• _Supplied records_
§ §

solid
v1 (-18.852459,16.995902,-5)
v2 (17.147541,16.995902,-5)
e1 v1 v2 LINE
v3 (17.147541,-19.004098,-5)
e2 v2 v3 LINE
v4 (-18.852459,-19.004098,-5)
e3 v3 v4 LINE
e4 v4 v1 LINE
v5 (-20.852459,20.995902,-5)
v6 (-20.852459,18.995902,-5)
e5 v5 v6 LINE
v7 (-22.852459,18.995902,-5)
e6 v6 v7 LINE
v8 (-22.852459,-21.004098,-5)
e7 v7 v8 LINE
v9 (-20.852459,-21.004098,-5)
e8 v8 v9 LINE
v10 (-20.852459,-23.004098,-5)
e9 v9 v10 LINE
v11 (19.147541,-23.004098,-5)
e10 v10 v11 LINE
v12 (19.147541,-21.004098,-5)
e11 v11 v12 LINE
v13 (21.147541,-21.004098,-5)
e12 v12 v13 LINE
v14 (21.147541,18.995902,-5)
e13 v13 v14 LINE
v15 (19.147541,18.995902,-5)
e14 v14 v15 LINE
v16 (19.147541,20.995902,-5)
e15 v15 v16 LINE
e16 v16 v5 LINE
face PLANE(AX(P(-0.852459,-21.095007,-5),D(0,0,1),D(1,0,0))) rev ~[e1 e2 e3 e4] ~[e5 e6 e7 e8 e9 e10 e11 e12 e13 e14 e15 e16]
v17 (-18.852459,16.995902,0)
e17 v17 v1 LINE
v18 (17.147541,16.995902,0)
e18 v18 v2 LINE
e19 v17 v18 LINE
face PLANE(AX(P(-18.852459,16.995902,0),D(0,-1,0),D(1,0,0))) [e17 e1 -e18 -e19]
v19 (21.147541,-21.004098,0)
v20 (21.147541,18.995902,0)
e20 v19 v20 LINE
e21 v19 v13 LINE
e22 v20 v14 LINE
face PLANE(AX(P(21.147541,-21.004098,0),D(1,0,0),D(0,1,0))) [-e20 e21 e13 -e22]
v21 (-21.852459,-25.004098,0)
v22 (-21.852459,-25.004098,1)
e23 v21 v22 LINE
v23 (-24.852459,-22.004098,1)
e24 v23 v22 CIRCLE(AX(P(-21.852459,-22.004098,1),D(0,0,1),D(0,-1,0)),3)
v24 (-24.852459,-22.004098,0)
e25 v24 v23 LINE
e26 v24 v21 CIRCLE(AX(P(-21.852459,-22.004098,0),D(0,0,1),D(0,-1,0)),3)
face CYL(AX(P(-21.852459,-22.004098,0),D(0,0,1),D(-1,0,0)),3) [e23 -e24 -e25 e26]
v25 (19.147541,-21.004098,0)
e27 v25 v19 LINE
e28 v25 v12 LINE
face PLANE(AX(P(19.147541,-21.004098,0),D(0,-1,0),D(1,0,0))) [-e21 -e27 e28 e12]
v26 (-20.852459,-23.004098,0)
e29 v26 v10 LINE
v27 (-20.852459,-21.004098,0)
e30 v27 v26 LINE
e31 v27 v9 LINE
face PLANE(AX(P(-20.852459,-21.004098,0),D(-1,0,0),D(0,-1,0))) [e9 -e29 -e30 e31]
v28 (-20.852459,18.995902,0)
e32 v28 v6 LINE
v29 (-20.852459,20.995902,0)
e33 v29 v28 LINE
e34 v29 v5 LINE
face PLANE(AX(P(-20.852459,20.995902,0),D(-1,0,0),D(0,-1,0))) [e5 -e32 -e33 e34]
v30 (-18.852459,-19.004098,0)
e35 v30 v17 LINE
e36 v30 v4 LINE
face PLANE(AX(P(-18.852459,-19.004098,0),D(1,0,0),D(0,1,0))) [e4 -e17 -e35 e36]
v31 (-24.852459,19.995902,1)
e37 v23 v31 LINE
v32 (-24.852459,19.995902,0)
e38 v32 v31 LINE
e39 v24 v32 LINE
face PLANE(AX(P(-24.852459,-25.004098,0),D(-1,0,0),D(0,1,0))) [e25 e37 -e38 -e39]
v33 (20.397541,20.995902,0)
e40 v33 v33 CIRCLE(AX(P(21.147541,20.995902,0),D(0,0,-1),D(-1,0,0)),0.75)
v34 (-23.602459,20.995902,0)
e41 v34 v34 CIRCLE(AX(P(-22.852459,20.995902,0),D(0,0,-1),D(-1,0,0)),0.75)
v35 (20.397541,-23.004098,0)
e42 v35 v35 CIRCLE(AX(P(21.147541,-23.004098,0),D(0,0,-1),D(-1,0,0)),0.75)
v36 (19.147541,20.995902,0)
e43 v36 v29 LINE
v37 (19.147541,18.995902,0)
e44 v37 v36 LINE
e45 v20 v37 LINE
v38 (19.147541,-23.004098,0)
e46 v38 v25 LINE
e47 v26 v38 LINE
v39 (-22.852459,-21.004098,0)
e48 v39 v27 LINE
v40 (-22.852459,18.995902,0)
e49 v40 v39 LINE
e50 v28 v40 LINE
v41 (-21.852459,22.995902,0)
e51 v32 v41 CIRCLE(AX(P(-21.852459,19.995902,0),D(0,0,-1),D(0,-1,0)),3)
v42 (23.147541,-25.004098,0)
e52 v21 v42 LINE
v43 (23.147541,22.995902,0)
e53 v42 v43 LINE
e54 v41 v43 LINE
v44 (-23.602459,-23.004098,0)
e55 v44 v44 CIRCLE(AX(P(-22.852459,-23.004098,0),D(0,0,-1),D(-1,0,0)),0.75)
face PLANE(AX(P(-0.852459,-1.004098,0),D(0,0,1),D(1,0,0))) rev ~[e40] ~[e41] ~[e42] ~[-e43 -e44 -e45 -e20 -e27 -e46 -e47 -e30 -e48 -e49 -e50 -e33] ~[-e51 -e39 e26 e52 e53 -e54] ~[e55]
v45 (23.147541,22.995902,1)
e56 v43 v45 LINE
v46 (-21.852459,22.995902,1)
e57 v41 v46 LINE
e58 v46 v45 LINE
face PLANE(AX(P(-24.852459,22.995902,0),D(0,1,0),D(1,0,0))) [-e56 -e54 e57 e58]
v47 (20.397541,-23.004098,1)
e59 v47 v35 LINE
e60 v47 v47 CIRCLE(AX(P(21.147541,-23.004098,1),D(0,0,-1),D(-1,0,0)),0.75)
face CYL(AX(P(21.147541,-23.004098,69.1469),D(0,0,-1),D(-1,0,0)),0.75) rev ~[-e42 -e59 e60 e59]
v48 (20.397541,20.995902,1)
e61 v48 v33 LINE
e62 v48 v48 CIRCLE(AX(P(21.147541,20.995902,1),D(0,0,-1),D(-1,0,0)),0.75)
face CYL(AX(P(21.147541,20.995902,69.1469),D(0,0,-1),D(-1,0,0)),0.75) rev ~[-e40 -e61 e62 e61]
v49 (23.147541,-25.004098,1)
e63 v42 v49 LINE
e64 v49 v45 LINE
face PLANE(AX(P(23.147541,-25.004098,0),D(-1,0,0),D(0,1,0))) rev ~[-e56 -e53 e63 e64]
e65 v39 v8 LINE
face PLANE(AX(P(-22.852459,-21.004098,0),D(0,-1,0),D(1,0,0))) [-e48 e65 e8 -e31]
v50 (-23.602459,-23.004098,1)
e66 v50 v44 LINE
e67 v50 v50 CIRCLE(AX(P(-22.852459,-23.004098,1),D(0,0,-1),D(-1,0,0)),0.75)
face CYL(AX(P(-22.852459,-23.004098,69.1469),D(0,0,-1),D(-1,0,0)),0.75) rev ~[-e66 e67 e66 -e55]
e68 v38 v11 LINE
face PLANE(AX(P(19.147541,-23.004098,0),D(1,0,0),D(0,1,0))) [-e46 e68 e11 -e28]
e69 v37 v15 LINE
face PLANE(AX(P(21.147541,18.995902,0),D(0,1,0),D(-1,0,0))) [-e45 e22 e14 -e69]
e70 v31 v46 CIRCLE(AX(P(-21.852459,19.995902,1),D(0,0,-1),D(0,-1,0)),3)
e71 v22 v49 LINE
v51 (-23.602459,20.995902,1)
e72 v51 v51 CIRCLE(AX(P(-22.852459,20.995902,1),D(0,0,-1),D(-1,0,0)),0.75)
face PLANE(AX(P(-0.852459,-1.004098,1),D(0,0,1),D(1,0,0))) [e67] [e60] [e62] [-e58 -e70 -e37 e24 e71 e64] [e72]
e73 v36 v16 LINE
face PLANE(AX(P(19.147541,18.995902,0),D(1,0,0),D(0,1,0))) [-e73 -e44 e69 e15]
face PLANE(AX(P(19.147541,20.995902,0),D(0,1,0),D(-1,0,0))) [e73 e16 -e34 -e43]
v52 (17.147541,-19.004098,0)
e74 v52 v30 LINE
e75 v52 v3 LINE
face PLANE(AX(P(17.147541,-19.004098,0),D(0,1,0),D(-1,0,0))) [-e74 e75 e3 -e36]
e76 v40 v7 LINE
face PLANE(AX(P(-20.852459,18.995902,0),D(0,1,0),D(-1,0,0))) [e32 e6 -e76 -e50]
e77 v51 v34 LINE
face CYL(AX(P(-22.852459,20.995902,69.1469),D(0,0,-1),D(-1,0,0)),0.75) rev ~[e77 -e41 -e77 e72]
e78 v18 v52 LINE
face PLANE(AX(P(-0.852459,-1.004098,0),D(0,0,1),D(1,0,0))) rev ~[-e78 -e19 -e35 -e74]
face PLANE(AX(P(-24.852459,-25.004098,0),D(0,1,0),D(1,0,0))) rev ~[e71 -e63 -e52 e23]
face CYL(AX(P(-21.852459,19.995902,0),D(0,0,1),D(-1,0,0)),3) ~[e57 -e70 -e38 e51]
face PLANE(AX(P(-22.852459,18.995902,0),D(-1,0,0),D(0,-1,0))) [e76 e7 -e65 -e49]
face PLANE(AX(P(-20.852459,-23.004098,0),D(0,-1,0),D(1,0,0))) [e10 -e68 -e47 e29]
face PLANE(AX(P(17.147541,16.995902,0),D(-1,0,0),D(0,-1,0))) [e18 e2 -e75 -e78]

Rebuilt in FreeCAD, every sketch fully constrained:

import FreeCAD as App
import Part
import Sketcher
from FreeCAD import Vector


def edges_at(feature, points):
    """Names of the edges that pass closest to the given points."""
    edges = feature.Shape.Edges
    near = lambda p: min(range(len(edges)), key=lambda i: edges[i].distToShape(Part.Vertex(*p))[0])
    return sorted({f"Edge{near(p) + 1}" for p in points})


def add_polygon(sketch, points):
    """Adds a closed chain of lines whose ends are joined by coincident constraints."""
    first, n = sketch.GeometryCount, len(points)
    for a, b in zip(points, points[1:] + points[:1]):
        sketch.addGeometry(Part.LineSegment(App.Vector(*a, 0), App.Vector(*b, 0)), False)
    for i in range(n):
        sketch.addConstraint(Sketcher.Constraint("Coincident", first + i, 2, first + (i + 1) % n, 1))

doc = App.newDocument("Part")
body = doc.addObject("PartDesign::Body", "Body")

# Sketch on XY plane
sketch1 = doc.addObject("Sketcher::SketchObject", "Sketch")
body.addObject(sketch1)
sketch1.AttachmentSupport = (doc.XY_Plane, [""])
sketch1.MapMode = "FlatFace"
add_polygon(sketch1, [(-25, 23), (-25, -25), (23, -25), (23, 23)])  # lines 0-3
sketch1.addConstraint([
    Sketcher.Constraint("Vertical", 0),
    Sketcher.Constraint("Horizontal", 1),
    Sketcher.Constraint("Vertical", 2),
    Sketcher.Constraint("Horizontal", 3),
    Sketcher.Constraint("Equal", 3, 0),
    Sketcher.Constraint("DistanceX", 1, 1, 1, 2, 48.0),
    Sketcher.Constraint("DistanceY", 0, 2, -1, 1, 25.004098),
    Sketcher.Constraint("DistanceX", 0, 2, -1, 1, 24.852459),
])
pad1 = doc.addObject("PartDesign::Pad", "Pad")
body.addObject(pad1)
pad1.Profile = sketch1
pad1.Length = 1

# Sketch on XY plane
sketch2 = doc.addObject("Sketcher::SketchObject", "Sketch001")
body.addObject(sketch2)
sketch2.AttachmentSupport = (doc.XY_Plane, [""])
sketch2.MapMode = "FlatFace"
add_polygon(sketch2, [(21.1, 19), (19.1, 19), (19.1, 21), (-20.9, 21), (-20.9, 19), (-22.9, 19), (-22.9, -21), (-20.9, -21), (-20.9, -23), (19.1, -23), (19.1, -21), (21.1, -21)])  # lines 0-11
add_polygon(sketch2, [(-18.9, 17), (17.1, 17), (17.1, -19), (-18.9, -19)])  # lines 12-15
sketch2.addConstraint([
    Sketcher.Constraint("Horizontal", 0),
    Sketcher.Constraint("Vertical", 1),
    Sketcher.Constraint("Horizontal", 2),
    Sketcher.Constraint("Vertical", 3),
    Sketcher.Constraint("Horizontal", 4),
    Sketcher.Constraint("Vertical", 5),
    Sketcher.Constraint("Horizontal", 6),
    Sketcher.Constraint("Vertical", 7),
    Sketcher.Constraint("Horizontal", 8),
    Sketcher.Constraint("Vertical", 9),
    Sketcher.Constraint("Horizontal", 10),
    Sketcher.Constraint("Vertical", 11),
    Sketcher.Constraint("Horizontal", 12),
    Sketcher.Constraint("Vertical", 13),
    Sketcher.Constraint("Horizontal", 14),
    Sketcher.Constraint("Vertical", 15),
    Sketcher.Constraint("Horizontal", 0, 2, 3, 2),
    Sketcher.Constraint("Horizontal", 6, 2, 9, 2),
    Sketcher.Constraint("Vertical", 3, 2, 6, 2),
    Sketcher.Constraint("Vertical", 1, 2, 8, 2),
    Sketcher.Constraint("Equal", 0, 4),
    Sketcher.Constraint("Equal", 10, 1),
    Sketcher.Constraint("Equal", 8, 5),
    Sketcher.Constraint("Equal", 3, 7),
    Sketcher.Constraint("Equal", 14, 13),
    Sketcher.Constraint("DistanceX", 0, 2, 0, 1, 2.0),
    Sketcher.Constraint("DistanceX", 2, 2, 2, 1, 40.0),
    Sketcher.Constraint("DistanceX", 12, 1, 12, 2, 36.0),
    Sketcher.Constraint("DistanceX", 12, 2, 0, 2, 2.0),
    Sketcher.Constraint("DistanceY", 12, 2, 0, 2, 2.0),
    Sketcher.Constraint("DistanceY", -1, 1, 0, 2, 18.995902),
    Sketcher.Constraint("DistanceX", -1, 1, 0, 2, 19.147541),
])
pad2 = doc.addObject("PartDesign::Pad", "Pad001")
body.addObject(pad2)
pad2.Profile = sketch2
pad2.Length = 5
pad2.Reversed = True

# Sketch on XY plane
sketch3 = doc.addObject("Sketcher::SketchObject", "Sketch002")
body.addObject(sketch3)
sketch3.AttachmentSupport = (doc.XY_Plane, [""])
sketch3.MapMode = "FlatFace"
sketch3.AttachmentOffset = App.Placement(Vector(0, 0, 1), App.Rotation())
sketch3.addGeometry([
    Part.Circle(Vector(-22.9, 21, 0), Vector(0, 0, 1), 0.8),
    Part.Circle(Vector(-22.9, -23, 0), Vector(0, 0, 1), 0.8),
    Part.Circle(Vector(21.1, -23, 0), Vector(0, 0, 1), 0.8),
    Part.Circle(Vector(21.1, 21, 0), Vector(0, 0, 1), 0.8),
], False)
sketch3.addConstraint([
    Sketcher.Constraint("Equal", 0, 1),
    Sketcher.Constraint("Equal", 1, 2),
    Sketcher.Constraint("Equal", 2, 3),
    Sketcher.Constraint("Horizontal", 1, 3, 2, 3),
    Sketcher.Constraint("Horizontal", 0, 3, 3, 3),
    Sketcher.Constraint("Vertical", 0, 3, 1, 3),
    Sketcher.Constraint("Vertical", 2, 3, 3, 3),
    Sketcher.Constraint("Diameter", 0, 1.5),
    Sketcher.Constraint("DistanceY", 1, 3, 0, 3, 44.0),
    Sketcher.Constraint("DistanceX", 1, 3, 2, 3, 44.0),
    Sketcher.Constraint("DistanceY", -1, 1, 0, 3, 20.995902),
    Sketcher.Constraint("DistanceX", 0, 3, -1, 1, 22.852459),
])
doc.recompute()
hole = doc.addObject("PartDesign::Hole", "Hole")
body.addObject(hole)
hole.Profile = sketch3
hole.ThreadType = "None"
hole.Diameter = 1.5
hole.DepthType = "ThroughAll"
doc.recompute()

fillet = doc.addObject("PartDesign::Fillet", "Fillet")
body.addObject(fillet)
fillet.Base = (hole, edges_at(hole, [(-24.852, -25.004, 0.5), (-24.852, 22.996, 0.5)]))
fillet.Radius = 3

doc.recompute()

§ §

• _What to work on_
Please output the lines of the listing above that fall in the stretch from the one with "face PLANE(AX(P(19.147541,18.995902,0),D(1,0,0),D(0,1,0))) [-e73" through the one with "e7 -e65 -e49]", exactly and only those.

• _Exercise response_
face PLANE(AX(P(19.147541,18.995902,0),D(1,0,0),D(0,1,0))) [-e73 -e44 e69 e15]
face PLANE(AX(P(19.147541,20.995902,0),D(0,1,0),D(-1,0,0))) [e73 e16 -e34 -e43]
v52 (17.147541,-19.004098,0)
e74 v52 v30 LINE
e75 v52 v3 LINE
face PLANE(AX(P(17.147541,-19.004098,0),D(0,1,0),D(-1,0,0))) [-e74 e75 e3 -e36]
e76 v40 v7 LINE
face PLANE(AX(P(-20.852459,18.995902,0),D(0,1,0),D(-1,0,0))) [e32 e6 -e76 -e50]
e77 v51 v34 LINE
face CYL(AX(P(-22.852459,20.995902,69.1469),D(0,0,-1),D(-1,0,0)),0.75) rev ~[e77 -e41 -e77 e72]
e78 v18 v52 LINE
face PLANE(AX(P(-0.852459,-1.004098,0),D(0,0,1),D(1,0,0))) rev ~[-e78 -e19 -e35 -e74]
face PLANE(AX(P(-24.852459,-25.004098,0),D(0,1,0),D(1,0,0))) rev ~[e71 -e63 -e52 e23]
face CYL(AX(P(-21.852459,19.995902,0),D(0,0,1),D(-1,0,0)),3) ~[e57 -e70 -e38 e51]
face PLANE(AX(P(-22.852459,18.995902,0),D(-1,0,0),D(0,-1,0))) [e76 e7 -e65 -e49]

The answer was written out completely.